WORKING DATA below:

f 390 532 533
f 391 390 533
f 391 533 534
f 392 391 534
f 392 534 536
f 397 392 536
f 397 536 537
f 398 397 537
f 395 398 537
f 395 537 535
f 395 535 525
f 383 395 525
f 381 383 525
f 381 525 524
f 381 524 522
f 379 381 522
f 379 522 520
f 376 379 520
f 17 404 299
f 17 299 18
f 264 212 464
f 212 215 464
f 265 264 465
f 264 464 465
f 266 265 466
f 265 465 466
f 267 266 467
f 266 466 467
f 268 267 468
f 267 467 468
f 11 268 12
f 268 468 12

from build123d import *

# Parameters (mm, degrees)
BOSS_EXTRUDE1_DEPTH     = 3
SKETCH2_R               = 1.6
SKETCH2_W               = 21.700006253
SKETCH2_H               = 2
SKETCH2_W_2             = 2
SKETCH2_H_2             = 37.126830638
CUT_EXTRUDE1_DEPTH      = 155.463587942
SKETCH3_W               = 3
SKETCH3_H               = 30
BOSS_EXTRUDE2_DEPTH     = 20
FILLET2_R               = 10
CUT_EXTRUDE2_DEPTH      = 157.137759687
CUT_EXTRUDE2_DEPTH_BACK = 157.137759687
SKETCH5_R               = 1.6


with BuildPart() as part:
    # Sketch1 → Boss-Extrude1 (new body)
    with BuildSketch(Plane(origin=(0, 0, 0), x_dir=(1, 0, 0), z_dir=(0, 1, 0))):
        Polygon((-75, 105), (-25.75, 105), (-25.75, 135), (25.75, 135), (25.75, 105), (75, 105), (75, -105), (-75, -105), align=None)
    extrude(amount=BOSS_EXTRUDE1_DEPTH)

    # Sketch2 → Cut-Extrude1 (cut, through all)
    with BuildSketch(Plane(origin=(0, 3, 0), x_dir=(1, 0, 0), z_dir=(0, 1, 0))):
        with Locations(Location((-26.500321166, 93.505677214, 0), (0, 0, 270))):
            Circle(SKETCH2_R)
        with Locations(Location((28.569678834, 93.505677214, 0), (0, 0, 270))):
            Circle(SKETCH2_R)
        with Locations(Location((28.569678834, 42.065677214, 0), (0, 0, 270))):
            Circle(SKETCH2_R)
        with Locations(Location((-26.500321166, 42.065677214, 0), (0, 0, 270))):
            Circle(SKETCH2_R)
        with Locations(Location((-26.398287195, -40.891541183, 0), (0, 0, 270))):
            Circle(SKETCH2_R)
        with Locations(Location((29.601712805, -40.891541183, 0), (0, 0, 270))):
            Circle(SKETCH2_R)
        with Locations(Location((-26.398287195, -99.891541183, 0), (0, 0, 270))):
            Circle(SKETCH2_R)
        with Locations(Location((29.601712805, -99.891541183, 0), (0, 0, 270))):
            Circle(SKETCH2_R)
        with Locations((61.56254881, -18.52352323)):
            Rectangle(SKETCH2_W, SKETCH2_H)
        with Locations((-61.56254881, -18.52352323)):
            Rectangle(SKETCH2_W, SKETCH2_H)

End of WORKING DATA.

— EXERCISE DESCRIPTION —
If a line in the records includes the string "BuildSketch", copy it.

— RESPONSE TO THIS EXERCISE —
    with BuildSketch(Plane(origin=(0, 0, 0), x_dir=(1, 0, 0), z_dir=(0, 1, 0))):
    with BuildSketch(Plane(origin=(0, 3, 0), x_dir=(1, 0, 0), z_dir=(0, 1, 0))):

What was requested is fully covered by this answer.